# Steam - Transaction Error



## DCtc

I'm having a problem with Steam. For a while now, I have been trying to buy Team Fortress 2 + Garry's Mod off Steam for a while now using Paypal or Visa, But I keep getting error mesage whenever I do both.

When I Use visa, I get to the the purchasing screen, and when I click "Finish Transaction" or whatever, I get a message saying that 
"There was an error in the Transaction, Please contact support."
Of course though, Support has not helped me at all.

When I use Paypal, I always get this error *before* I can insert any info. "There seems to have been an error initializing or updating your transaction. Please wait a minute and try again or go to support for assistance." Of course, nothing happens if I wait a minute.

Please help me!:sigh:
Any ideas?


----------



## af3

There are a few things that I can think of that may cause a failure. To start with, bad credit or a bad connection...

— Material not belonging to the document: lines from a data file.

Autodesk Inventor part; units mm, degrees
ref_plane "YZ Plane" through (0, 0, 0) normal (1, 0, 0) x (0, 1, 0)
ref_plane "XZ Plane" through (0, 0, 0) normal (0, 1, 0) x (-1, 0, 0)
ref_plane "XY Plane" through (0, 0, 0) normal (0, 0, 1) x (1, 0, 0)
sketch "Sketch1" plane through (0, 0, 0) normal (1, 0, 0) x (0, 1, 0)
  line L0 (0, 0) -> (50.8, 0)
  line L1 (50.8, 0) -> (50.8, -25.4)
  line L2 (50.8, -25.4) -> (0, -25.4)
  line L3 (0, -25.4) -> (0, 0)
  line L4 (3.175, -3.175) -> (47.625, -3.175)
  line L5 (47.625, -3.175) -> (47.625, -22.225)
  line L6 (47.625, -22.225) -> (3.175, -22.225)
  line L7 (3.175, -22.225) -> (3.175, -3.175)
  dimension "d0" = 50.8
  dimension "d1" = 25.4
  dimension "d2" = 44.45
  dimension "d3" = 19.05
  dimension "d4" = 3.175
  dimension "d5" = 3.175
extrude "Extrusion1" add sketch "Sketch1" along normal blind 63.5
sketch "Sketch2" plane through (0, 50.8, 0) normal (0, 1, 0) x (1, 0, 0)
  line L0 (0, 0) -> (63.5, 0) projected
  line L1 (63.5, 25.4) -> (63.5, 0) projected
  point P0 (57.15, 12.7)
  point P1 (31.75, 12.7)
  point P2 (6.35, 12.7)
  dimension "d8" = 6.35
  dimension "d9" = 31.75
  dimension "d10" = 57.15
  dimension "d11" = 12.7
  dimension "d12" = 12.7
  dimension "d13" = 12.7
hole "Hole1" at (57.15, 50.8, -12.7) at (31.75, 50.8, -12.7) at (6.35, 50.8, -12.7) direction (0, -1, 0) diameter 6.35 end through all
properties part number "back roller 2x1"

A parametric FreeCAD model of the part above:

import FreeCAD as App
import Part
import Sketcher
Q = App.Units.Quantity

doc = App.newDocument("Part")
body = doc.addObject("PartDesign::Body", "Body")

# Sketch on YZ plane
sketch1 = body.newObject("Sketcher::SketchObject", "Sketch")
sketch1.AttachmentSupport = (doc.getObject("YZ_Plane"), [""])
sketch1.MapMode = "FlatFace"
sketch1.addGeometry([
    Part.LineSegment(App.Vector(51, 0, 0), App.Vector(0, 0, 0)),  # 0
    Part.LineSegment(App.Vector(0, 0, 0), App.Vector(0, -25, 0)),  # 1
    Part.LineSegment(App.Vector(0, -25, 0), App.Vector(51, -25, 0)),  # 2
    Part.LineSegment(App.Vector(51, -25, 0), App.Vector(51, 0, 0)),  # 3
    Part.LineSegment(App.Vector(3, -22, 0), App.Vector(3, -3, 0)),  # 4
    Part.LineSegment(App.Vector(3, -3, 0), App.Vector(48, -3, 0)),  # 5
    Part.LineSegment(App.Vector(48, -3, 0), App.Vector(48, -22, 0)),  # 6
    Part.LineSegment(App.Vector(48, -22, 0), App.Vector(3, -22, 0)),  # 7
], False)
sketch1.addConstraint([
    Sketcher.Constraint("Coincident", 0, 2, 1, 1),
    Sketcher.Constraint("Coincident", 1, 2, 2, 1),
    Sketcher.Constraint("Coincident", 2, 2, 3, 1),
    Sketcher.Constraint("Coincident", 3, 2, 0, 1),
    Sketcher.Constraint("Coincident", 4, 2, 5, 1),
    Sketcher.Constraint("Coincident", 5, 2, 6, 1),
    Sketcher.Constraint("Coincident", 6, 2, 7, 1),
    Sketcher.Constraint("Coincident", 7, 2, 4, 1),
    Sketcher.Constraint("Horizontal", 0),
    Sketcher.Constraint("Vertical", 1),
    Sketcher.Constraint("Horizontal", 2),
    Sketcher.Constraint("Vertical", 3),
    Sketcher.Constraint("Vertical", 4),
    Sketcher.Constraint("Horizontal", 5),
    Sketcher.Constraint("Vertical", 6),
    Sketcher.Constraint("Horizontal", 7),
    Sketcher.Constraint("Coincident", 0, 2, -1, 1),
    Sketcher.Constraint("DistanceX", 0, 2, 0, 1, Q("2 in")),
    Sketcher.Constraint("DistanceY", 1, 2, 1, 1, Q("1 in")),
    Sketcher.Constraint("DistanceX", 5, 1, 5, 2, Q("1.75 in")),
    Sketcher.Constraint("DistanceY", 4, 1, 4, 2, Q("0.75 in")),
    Sketcher.Constraint("DistanceX", -1, 1, 4, 2, Q("0.125 in")),
    Sketcher.Constraint("DistanceY", 4, 2, -1, 1, Q("0.125 in")),
])
pad1 = body.newObject("PartDesign::Pad", "Pad")
pad1.Profile = sketch1
pad1.Length = Q("2.5 in")

# Sketch on XZ plane
sketch2 = body.newObject("Sketcher::SketchObject", "Sketch001")
sketch2.AttachmentSupport = (doc.getObject("XZ_Plane"), [""])
sketch2.MapMode = "FlatFace"
sketch2.AttachmentOffset = App.Placement(App.Vector(0, 0, -2 * 25.4), App.Rotation())
sketch2.addGeometry([
    Part.Circle(App.Vector(57.1, -12.7, 0), App.Vector(0, 0, 1), 3.2),
    Part.Circle(App.Vector(31.8, -12.7, 0), App.Vector(0, 0, 1), 3.2),
    Part.Circle(App.Vector(6.3, -12.7, 0), App.Vector(0, 0, 1), 3.2),
], False)
sketch2.addConstraint([
    Sketcher.Constraint("Equal", 0, 1),
    Sketcher.Constraint("Equal", 1, 2),
    Sketcher.Constraint("Horizontal", 0, 3, 1, 3),
    Sketcher.Constraint("Horizontal", 1, 3, 2, 3),
    Sketcher.Constraint("Diameter", 0, Q("0.25 in")),
    Sketcher.Constraint("DistanceX", 1, 3, 0, 3, Q("1 in")),
    Sketcher.Constraint("DistanceX", 2, 3, 1, 3, Q("1 in")),
    Sketcher.Constraint("DistanceY", 0, 3, -1, 1, Q("0.5 in")),
    Sketcher.Constraint("DistanceX", -1, 1, 0, 3, Q("2.25 in")),
])
doc.recompute()
hole = body.newObject("PartDesign::Hole", "Hole")
hole.Profile = sketch2
hole.ThreadType = "None"
hole.Diameter = Q("0.25 in")
hole.DepthType = "ThroughAll"
hole.Reversed = True

doc.recompute()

First, you should contact your card company to see if things are fine with them. Maybe you have reached a limit, or maybe they shut down your card. As for PayPal failing, I am suspecting an internet connectivity problem. Are you using a stateful packet inspection (SPI) firewall or some other type of super security system that may be preventing this type of connection? It's just a guess and I don't know much about such applications/hardware and their behaviors.

Second, test the stability of your internet connection. Ping and tracert google.com a few times and see if there is any packet loss or latency.

Start > Run > CMD



Code:


ping google.com 10

tracert google.com

Those are the only things that I can think of that would prevent Steam from accepting your payments.


----------